Обещаю никому не передавать ни слова из того, что мне доведется услышать от вас.
Если я порву связь с вашей школой, обещаю возвратить в ваш дом все имеющиеся у меня кёгэны...» 2.
Церковный и феодальный театр накладывал печать на драматическое искусство средневековой Японии. Драма Но все более подпадала под влияние буддизма и официальной идеологии. Фарсы, как жанр «низкий», второстепенный, не испытали этого влияния, сохранили живое дыхание жизни, но их развитие прекратилось. Кёгэны отлились в штампованные образцы, выработались стандартные зачины и концовки, канонизировались сюжеты. В таких застывших стереотипных формах они существовали все последующие века вплоть до революции Мэйдзи (1868). После революции театр Но лишился покровительства и материальной поддержки знати. Это могло привести к его исчезновению, поэтому в скором времени субсидии были восстановлены, театр Но нашел покровителей среди японской буржуазии.

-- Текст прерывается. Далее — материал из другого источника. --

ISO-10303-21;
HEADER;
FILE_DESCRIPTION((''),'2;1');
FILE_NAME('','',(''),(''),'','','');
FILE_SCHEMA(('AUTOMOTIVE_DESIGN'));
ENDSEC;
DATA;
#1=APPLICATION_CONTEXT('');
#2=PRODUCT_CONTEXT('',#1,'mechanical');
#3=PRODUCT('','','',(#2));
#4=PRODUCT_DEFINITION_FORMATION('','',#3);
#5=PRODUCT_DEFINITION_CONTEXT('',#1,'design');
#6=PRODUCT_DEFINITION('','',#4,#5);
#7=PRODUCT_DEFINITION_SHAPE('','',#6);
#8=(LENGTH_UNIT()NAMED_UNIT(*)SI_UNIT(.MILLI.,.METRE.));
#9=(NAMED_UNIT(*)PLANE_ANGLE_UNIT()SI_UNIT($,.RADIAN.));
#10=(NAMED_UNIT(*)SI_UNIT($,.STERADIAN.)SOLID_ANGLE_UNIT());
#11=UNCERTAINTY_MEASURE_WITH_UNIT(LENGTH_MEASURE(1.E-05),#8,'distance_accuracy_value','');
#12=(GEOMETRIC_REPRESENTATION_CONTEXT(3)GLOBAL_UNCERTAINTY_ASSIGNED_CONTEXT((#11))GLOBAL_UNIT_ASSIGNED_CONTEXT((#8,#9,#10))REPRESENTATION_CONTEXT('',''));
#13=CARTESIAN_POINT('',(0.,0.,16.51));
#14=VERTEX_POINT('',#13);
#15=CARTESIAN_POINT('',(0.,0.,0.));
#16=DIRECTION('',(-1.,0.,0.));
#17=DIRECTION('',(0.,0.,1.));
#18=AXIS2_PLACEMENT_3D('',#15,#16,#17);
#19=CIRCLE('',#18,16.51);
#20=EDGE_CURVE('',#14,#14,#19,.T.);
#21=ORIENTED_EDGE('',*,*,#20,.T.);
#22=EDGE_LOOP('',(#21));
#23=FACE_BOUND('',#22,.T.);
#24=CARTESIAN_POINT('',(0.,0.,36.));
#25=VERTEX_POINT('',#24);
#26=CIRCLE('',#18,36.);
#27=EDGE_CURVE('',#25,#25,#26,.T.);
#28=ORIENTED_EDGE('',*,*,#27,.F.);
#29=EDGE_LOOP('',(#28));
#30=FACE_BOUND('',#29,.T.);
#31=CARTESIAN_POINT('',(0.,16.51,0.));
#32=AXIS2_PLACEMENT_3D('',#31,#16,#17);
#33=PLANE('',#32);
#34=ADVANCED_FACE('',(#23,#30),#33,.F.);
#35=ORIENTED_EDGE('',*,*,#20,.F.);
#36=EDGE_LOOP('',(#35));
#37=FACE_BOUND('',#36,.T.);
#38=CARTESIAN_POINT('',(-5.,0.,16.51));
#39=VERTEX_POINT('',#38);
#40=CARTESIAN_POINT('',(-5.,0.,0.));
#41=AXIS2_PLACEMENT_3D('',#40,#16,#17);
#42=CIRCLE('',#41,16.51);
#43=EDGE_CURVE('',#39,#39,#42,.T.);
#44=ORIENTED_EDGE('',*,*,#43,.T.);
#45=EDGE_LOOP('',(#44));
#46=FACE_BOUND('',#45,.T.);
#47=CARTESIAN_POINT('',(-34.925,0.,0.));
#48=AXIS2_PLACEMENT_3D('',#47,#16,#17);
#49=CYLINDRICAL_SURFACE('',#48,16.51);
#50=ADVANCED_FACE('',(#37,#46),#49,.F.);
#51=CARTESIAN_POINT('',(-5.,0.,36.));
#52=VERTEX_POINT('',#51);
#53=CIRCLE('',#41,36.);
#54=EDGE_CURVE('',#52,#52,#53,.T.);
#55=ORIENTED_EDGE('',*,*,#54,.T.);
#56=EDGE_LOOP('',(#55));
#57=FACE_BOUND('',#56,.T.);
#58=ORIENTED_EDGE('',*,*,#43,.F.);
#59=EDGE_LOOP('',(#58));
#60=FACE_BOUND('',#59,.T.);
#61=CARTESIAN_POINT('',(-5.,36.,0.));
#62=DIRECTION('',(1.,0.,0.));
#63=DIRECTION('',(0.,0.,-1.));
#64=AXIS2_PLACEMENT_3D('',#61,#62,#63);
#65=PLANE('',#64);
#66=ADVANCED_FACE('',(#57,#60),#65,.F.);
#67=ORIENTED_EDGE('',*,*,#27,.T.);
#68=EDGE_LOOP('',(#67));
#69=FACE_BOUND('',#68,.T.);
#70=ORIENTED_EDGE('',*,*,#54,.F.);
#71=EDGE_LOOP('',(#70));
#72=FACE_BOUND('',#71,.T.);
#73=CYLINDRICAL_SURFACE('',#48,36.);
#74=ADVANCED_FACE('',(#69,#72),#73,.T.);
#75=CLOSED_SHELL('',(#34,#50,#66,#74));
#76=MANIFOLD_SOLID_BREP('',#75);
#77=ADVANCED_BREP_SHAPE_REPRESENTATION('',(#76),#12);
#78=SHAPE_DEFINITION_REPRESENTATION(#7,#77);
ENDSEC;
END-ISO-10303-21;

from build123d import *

# Parameters (mm, degrees)
SKETCH1_W = 5
SKETCH1_H = 19.49


with BuildPart() as part:
    # Sketch1 → Base-Revolve (revolve)
    with BuildSketch(Plane.XY, mode=Mode.PRIVATE) as base_revolve_sk:
        with Locations((-2.5, 26.255)):
            Rectangle(SKETCH1_W, SKETCH1_H)
    revolve(base_revolve_sk.sketch.rotate(Axis((-34.925, 0, 0), (1, 0, 0)), 90), axis=Axis((-34.925, 0, 0), (1, 0, 0)))


solid = part.part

В годы второй мировой войны театр Но временно прекратил существование, однако после войны был возрожден.
Старинный фарс в последние годы зазвучал по-новому.
В 1951 г. в журнале «Сингэкидзё» был опубликован фарс драматурга Санкити Куросава «Богач-громовержец». В основу его положен характерный для кёгэнов сюжет о мнимом перевоплощении в божество (достаточно сравнить фарсы «Богач-громовержец» и «Бог Нио», чтобы увидеть их сюжетное родство).
Перед зрителями появились знакомые образы господина и слуги. Богач-тёдзя во многом сохранил типические черты даймё. Подобно ему, он хвастается своими богатствами, нуждается, как и даймё, в советах всезнайки слуги, что не мешает ему, однако, быть с ним грубым и высокомерным. Правда, времена другие: господин уже не замахивается на слугу мечом, а просто грозит уволить. Трусливый богач, как и его предшественник даймё, терпит поражение.
Но если в прошлом в фарсах изображалось в основном столкновение даймё со слугой, то здесь богач сталкивается с крестьянской массой. Эксплуататорская натура богача раскрывается здесь ярче. В новом фарсе внимание акцентируется на связи богача-помещика с властями. За советом, как лучше обмануть народ, он обращается к «мудрецу», к которому не брезгует ходить и сам премьер-министр Японии.
Интересна эволюция образа слуги. Умный, ловкий, плутоватый, любитель выпить на чужой счет, в новой пьесе он почти во всем повторяет прежнего Таро. Однако здесь показана как бы борьба за него.
Как и в старых фарсах, слуга, с одной стороны, зависимое лицо, он служит у помещика и поэтому иногда невольно становится его соучастником, с другой, Таро — представитель народа. В пьесе Куросава слугу неоднократно охватывает раскаяние при мысли о том, что он обманывает своих товарищей. В конце концов в Таро побеждает обличитель богачей и друг народа. Осматривая подношения крестьян «богу-громовержцу», он замечает, что на каждой вещи есть этикетка «Made in USA». Не случайно именно в уста Таро — глубоко национального литературного героя — вкладывает автор негодующее восклицание: «Да, в конце концов, в какой же стране я нахожусь?»